Heureusement, il existe des remèdes simples et infaillibles sur Android que la Commission européenne peut mettre en œuvre, si elle choisit de les défendre. Cela comprend :

  1. Lors de la configuration d’un Android pour la première fois, Google doit rendre l’option de création d’un compte Google avec une adresse e-mail externe aussi visible que l’option Gmail.
  2. Lors de la configuration d’un Android pour la première fois, Google doit permettre aux utilisateurs de choisir facilement un autre service de messagerie électronique. Si les utilisateurs choisissent un service de messagerie alternatif, Google doit permettre à l’appareil Android de télécharger automatiquement l’application de ce service. De cette manière, toute personne dont le premier appareil est un Android peut créer un compte Google sans être obligée d’utiliser Gmail. L’utilisateur pourra utiliser une adresse e-mail d’un autre fournisseur de messagerie s’ils ne veut pas que Google détiennent son identité en ligne.
  3. Rendre possible l’utilisation du Google Play Store sans compte Google ni perte de fonctionnalité, car Google Play est la porte d’entrée vers d’autres applications.

Ces petits ajustements permettraient aux utilisateurs de reprendre le contrôle de leurs identités en ligne et mèneraient à un écosystème mobile où une véritable concurrence est possible.

La Commission européenne doit réagir

Malheureusement, l’entreprise Google sait que si elle renonce à ces exigences injustes sur Android, elle ne pourra plus collecter de données, ce qui signifie qu’elle aura moins d’informations à utiliser pour vendre des publicités et, par conséquent, moins de revenus.
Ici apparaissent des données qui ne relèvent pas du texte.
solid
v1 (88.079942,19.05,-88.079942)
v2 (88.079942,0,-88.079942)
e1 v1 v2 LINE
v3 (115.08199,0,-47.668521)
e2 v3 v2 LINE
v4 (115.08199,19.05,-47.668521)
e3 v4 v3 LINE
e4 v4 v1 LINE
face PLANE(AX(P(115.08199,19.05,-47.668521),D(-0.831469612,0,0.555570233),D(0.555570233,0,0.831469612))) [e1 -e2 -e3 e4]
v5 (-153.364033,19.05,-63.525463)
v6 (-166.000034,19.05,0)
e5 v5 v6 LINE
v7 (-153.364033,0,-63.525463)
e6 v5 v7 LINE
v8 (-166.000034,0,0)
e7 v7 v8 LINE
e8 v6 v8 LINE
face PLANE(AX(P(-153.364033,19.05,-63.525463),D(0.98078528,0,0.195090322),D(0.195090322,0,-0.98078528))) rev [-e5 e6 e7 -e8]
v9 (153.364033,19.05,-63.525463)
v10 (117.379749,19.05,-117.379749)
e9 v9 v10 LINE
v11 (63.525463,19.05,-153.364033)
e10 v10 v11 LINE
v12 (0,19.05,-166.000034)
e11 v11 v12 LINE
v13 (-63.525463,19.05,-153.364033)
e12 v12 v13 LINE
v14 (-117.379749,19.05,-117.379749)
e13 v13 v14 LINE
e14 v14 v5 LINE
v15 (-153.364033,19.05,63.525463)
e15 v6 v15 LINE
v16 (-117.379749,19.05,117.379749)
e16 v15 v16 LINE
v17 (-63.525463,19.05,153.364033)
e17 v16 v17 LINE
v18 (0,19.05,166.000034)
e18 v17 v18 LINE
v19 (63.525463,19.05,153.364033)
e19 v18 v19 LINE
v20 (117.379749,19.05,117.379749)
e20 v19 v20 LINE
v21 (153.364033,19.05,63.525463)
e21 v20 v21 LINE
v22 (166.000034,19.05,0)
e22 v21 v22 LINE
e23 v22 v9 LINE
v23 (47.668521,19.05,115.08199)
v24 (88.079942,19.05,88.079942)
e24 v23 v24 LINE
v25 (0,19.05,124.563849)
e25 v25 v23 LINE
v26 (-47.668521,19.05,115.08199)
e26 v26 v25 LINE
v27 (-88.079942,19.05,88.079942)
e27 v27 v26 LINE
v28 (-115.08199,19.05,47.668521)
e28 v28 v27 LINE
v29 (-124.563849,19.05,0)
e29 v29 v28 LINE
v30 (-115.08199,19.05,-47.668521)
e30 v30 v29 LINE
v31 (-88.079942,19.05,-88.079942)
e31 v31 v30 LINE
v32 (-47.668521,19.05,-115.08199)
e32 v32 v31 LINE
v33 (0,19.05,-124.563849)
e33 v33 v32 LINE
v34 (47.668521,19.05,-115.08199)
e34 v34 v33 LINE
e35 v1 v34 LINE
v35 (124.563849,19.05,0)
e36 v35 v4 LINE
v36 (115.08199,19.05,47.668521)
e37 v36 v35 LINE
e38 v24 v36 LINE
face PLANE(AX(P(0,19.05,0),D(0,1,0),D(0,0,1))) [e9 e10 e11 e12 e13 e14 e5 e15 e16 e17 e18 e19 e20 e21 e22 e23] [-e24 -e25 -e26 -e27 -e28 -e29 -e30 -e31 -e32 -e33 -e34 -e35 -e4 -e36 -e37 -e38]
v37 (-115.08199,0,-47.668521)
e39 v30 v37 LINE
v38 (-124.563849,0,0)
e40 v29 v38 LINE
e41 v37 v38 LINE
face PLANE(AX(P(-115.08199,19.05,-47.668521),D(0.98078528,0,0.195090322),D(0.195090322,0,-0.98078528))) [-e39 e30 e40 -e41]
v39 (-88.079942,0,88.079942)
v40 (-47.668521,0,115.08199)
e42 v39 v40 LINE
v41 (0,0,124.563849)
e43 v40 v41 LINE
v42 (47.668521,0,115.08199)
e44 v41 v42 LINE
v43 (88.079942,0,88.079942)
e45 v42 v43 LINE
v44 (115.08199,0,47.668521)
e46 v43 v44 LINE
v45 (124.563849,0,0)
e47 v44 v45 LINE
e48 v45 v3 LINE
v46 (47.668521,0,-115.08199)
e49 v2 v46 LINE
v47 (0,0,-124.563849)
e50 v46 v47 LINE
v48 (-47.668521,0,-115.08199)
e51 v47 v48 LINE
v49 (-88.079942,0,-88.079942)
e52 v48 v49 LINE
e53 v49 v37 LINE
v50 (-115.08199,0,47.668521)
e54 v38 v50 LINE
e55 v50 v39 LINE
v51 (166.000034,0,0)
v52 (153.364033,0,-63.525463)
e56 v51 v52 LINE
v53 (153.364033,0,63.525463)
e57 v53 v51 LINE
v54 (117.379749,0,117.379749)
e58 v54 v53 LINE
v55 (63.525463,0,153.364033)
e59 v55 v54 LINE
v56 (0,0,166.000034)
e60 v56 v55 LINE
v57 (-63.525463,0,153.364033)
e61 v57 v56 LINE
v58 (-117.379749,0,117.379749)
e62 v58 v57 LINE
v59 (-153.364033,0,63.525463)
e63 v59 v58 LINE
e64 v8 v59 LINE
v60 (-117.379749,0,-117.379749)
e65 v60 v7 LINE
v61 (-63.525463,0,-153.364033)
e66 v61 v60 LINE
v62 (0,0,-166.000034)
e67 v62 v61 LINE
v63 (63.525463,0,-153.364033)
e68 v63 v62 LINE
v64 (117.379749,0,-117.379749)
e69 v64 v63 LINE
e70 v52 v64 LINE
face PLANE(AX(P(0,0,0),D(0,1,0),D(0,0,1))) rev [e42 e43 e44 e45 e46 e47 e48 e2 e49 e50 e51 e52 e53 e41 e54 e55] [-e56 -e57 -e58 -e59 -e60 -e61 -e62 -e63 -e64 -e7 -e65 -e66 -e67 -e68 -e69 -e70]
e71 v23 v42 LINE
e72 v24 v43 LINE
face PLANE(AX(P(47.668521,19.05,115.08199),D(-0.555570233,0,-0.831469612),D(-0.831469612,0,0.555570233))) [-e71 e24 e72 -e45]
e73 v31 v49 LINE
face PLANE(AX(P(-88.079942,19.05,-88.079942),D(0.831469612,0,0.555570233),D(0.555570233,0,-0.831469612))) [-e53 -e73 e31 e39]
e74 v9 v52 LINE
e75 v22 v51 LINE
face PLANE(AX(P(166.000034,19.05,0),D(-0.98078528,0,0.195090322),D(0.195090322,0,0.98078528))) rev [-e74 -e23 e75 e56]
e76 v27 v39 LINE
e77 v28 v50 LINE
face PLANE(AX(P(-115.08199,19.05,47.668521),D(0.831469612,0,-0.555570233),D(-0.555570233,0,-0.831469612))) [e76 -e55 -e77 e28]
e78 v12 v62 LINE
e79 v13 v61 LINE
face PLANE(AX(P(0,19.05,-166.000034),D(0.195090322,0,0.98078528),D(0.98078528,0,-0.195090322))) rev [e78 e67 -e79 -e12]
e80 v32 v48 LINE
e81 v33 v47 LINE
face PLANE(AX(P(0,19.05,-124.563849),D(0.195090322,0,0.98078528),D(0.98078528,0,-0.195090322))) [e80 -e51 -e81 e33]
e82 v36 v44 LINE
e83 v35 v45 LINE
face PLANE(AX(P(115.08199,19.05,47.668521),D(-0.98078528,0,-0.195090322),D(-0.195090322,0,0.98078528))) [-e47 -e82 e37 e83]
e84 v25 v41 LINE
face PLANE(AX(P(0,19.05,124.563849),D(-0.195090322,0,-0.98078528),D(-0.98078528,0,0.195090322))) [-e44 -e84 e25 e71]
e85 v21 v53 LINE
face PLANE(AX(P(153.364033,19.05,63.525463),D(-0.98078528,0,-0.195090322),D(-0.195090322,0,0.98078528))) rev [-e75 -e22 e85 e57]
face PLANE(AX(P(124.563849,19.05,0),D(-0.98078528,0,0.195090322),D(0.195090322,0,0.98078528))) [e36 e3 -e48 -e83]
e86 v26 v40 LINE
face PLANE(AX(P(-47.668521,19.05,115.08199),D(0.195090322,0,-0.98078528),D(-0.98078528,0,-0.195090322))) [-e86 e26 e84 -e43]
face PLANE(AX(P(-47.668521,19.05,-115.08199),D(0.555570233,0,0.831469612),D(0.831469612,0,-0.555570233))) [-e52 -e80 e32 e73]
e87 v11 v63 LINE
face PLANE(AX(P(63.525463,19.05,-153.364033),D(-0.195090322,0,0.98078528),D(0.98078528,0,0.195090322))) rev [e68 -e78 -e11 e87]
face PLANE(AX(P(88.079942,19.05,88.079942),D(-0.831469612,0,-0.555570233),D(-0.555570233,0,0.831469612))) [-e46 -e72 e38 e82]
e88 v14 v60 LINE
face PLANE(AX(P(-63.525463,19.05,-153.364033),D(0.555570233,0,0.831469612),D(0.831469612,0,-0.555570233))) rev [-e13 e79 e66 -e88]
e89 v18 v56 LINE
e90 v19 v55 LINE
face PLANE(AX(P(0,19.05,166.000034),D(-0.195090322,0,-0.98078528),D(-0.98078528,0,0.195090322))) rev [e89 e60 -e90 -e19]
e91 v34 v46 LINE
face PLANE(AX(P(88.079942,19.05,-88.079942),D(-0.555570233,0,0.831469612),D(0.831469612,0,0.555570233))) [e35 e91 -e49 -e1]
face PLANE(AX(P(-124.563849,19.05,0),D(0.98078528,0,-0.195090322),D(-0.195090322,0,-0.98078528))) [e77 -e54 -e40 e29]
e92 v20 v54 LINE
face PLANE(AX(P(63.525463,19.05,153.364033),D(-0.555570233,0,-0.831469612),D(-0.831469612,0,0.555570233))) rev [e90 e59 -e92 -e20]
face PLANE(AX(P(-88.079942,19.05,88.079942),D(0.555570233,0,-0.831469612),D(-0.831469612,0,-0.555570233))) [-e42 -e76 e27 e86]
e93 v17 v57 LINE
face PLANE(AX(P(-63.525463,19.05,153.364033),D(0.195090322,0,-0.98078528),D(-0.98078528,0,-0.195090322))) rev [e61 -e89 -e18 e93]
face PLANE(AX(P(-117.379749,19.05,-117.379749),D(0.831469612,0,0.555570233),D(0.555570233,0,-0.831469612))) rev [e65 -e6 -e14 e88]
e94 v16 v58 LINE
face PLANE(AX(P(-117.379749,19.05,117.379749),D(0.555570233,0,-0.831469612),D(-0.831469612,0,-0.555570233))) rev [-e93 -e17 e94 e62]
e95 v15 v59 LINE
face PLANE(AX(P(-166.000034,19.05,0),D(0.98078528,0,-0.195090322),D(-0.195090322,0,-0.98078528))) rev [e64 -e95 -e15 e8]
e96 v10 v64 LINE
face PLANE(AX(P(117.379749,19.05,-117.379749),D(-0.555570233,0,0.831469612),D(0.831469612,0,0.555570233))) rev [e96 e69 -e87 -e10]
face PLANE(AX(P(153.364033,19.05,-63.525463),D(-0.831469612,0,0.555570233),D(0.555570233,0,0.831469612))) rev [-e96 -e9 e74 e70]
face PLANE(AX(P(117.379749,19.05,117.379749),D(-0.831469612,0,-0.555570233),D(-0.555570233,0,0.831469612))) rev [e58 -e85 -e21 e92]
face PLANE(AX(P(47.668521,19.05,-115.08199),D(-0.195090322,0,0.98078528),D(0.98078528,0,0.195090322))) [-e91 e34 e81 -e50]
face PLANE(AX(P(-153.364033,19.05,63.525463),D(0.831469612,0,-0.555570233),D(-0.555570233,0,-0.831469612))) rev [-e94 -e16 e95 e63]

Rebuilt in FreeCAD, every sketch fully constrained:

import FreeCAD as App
import Part
import Sketcher
from FreeCAD import Vector
Q = App.Units.Quantity

doc = App.newDocument("Part")
body = doc.addObject("PartDesign::Body", "Body")

# Sketch on XZ plane
sketch1 = body.newObject("Sketcher::SketchObject", "Sketch")
sketch1.AttachmentSupport = (doc.getObject("XZ_Plane"), [""])
sketch1.MapMode = "FlatFace"
sketch1.addGeometry([
    Part.LineSegment(Vector(166.000034, 0, 0), Vector(153.364033, -63.525463, 0)),  # 0
    Part.LineSegment(Vector(153.364033, -63.525463, 0), Vector(117.379749, -117.379749, 0)),  # 1
    Part.LineSegment(Vector(117.379749, -117.379749, 0), Vector(63.525463, -153.364033, 0)),  # 2
    Part.LineSegment(Vector(63.525463, -153.364033, 0), Vector(0, -166.000034, 0)),  # 3
    Part.LineSegment(Vector(0, -166.000034, 0), Vector(-63.525463, -153.364033, 0)),  # 4
    Part.LineSegment(Vector(-63.525463, -153.364033, 0), Vector(-117.379749, -117.379749, 0)),  # 5
    Part.LineSegment(Vector(-117.379749, -117.379749, 0), Vector(-153.364033, -63.525463, 0)),  # 6
    Part.LineSegment(Vector(-153.364033, -63.525463, 0), Vector(-166.000034, 0, 0)),  # 7
    Part.LineSegment(Vector(-166.000034, 0, 0), Vector(-153.364033, 63.525463, 0)),  # 8
    Part.LineSegment(Vector(-153.364033, 63.525463, 0), Vector(-117.379749, 117.379749, 0)),  # 9
    Part.LineSegment(Vector(-117.379749, 117.379749, 0), Vector(-63.525463, 153.364033, 0)),  # 10
    Part.LineSegment(Vector(-63.525463, 153.364033, 0), Vector(0, 166.000034, 0)),  # 11
    Part.LineSegment(Vector(0, 166.000034, 0), Vector(63.525463, 153.364033, 0)),  # 12
    Part.LineSegment(Vector(63.525463, 153.364033, 0), Vector(117.379749, 117.379749, 0)),  # 13
    Part.LineSegment(Vector(117.379749, 117.379749, 0), Vector(153.364033, 63.525463, 0)),  # 14
    Part.LineSegment(Vector(153.364033, 63.525463, 0), Vector(166.000034, 0, 0)),  # 15
    Part.LineSegment(Vector(115.08199, -47.668521, 0), Vector(124.563849, 0, 0)),  # 16
    Part.LineSegment(Vector(124.563849, 0, 0), Vector(115.08199, 47.668521, 0)),  # 17
    Part.LineSegment(Vector(115.08199, 47.668521, 0), Vector(88.079942, 88.079942, 0)),  # 18
    Part.LineSegment(Vector(88.079942, 88.079942, 0), Vector(47.668521, 115.08199, 0)),  # 19
    Part.LineSegment(Vector(47.668521, 115.08199, 0), Vector(0, 124.563849, 0)),  # 20
    Part.LineSegment(Vector(0, 124.563849, 0), Vector(-47.668521, 115.08199, 0)),  # 21
    Part.LineSegment(Vector(-47.668521, 115.08199, 0), Vector(-88.079942, 88.079942, 0)),  # 22
    Part.LineSegment(Vector(-88.079942, 88.079942, 0), Vector(-115.08199, 47.668521, 0)),  # 23
    Part.LineSegment(Vector(-115.08199, 47.668521, 0), Vector(-124.563849, 0, 0)),  # 24
    Part.LineSegment(Vector(-124.563849, 0, 0), Vector(-115.08199, -47.668521, 0)),  # 25
    Part.LineSegment(Vector(-115.08199, -47.668521, 0), Vector(-88.079942, -88.079942, 0)),  # 26
    Part.LineSegment(Vector(-88.079942, -88.079942, 0), Vector(-47.668521, -115.08199, 0)),  # 27
    Part.LineSegment(Vector(-47.668521, -115.08199, 0), Vector(0, -124.563849, 0)),  # 28
    Part.LineSegment(Vector(0, -124.563849, 0), Vector(47.668521, -115.08199, 0)),  # 29
    Part.LineSegment(Vector(47.668521, -115.08199, 0), Vector(88.079942, -88.079942, 0)),  # 30
    Part.LineSegment(Vector(88.079942, -88.079942, 0), Vector(115.08199, -47.668521, 0)),  # 31
], False)
sketch1.addConstraint([
    Sketcher.Constraint("Coincident", 0, 2, 1, 1),
    Sketcher.Constraint("Coincident", 1, 2, 2, 1),
    Sketcher.Constraint("Coincident", 2, 2, 3, 1),
    Sketcher.Constraint("Coincident", 3, 2, 4, 1),
    Sketcher.Constraint("Coincident", 4, 2, 5, 1),
    Sketcher.Constraint("Coincident", 5, 2, 6, 1),
    Sketcher.Constraint("Coincident", 6, 2, 7, 1),
    Sketcher.Constraint("Coincident", 7, 2, 8, 1),
    Sketcher.Constraint("Coincident", 8, 2, 9, 1),
    Sketcher.Constraint("Coincident", 9, 2, 10, 1),
    Sketcher.Constraint("Coincident", 10, 2, 11, 1),
    Sketcher.Constraint("Coincident", 11, 2, 12, 1),
    Sketcher.Constraint("Coincident", 12, 2, 13, 1),
    Sketcher.Constraint("Coincident", 13, 2, 14, 1),
    Sketcher.Constraint("Coincident", 14, 2, 15, 1),
    Sketcher.Constraint("Coincident", 15, 2, 0, 1),
    Sketcher.Constraint("Coincident", 16, 2, 17, 1),
    Sketcher.Constraint("Coincident", 17, 2, 18, 1),
    Sketcher.Constraint("Coincident", 18, 2, 19, 1),
    Sketcher.Constraint("Coincident", 19, 2, 20, 1),
    Sketcher.Constraint("Coincident", 20, 2, 21, 1),
    Sketcher.Constraint("Coincident", 21, 2, 22, 1),
    Sketcher.Constraint("Coincident", 22, 2, 23, 1),
    Sketcher.Constraint("Coincident", 23, 2, 24, 1),
    Sketcher.Constraint("Coincident", 24, 2, 25, 1),
    Sketcher.Constraint("Coincident", 25, 2, 26, 1),
    Sketcher.Constraint("Coincident", 26, 2, 27, 1),
    Sketcher.Constraint("Coincident", 27, 2, 28, 1),
    Sketcher.Constraint("Coincident", 28, 2, 29, 1),
    Sketcher.Constraint("Coincident", 29, 2, 30, 1),
    Sketcher.Constraint("Coincident", 30, 2, 31, 1),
Google semble avoir calculé que se battre contre la Commission européenne au sujet d’un plan qui ne se conforme manifestement pas au DMA est moins coûteux que d’abandonner son régime actuel de collecte de données.

En conséquence, la Commission européenne doit maintenant choisir entre faire respecter la législation européenne adoptée de manière démocratique ou créer un précédent selon lequel les géants de la tech peuvent délibérément ignorer les lois de l’Union européenne sans subir de conséquences. Pour cette raison, si la Commission européenne veut que le DMA atteigne ses objectifs, elle doit obliger Google à permettre aux Européens de reprendre le contrôle de leurs identités en ligne.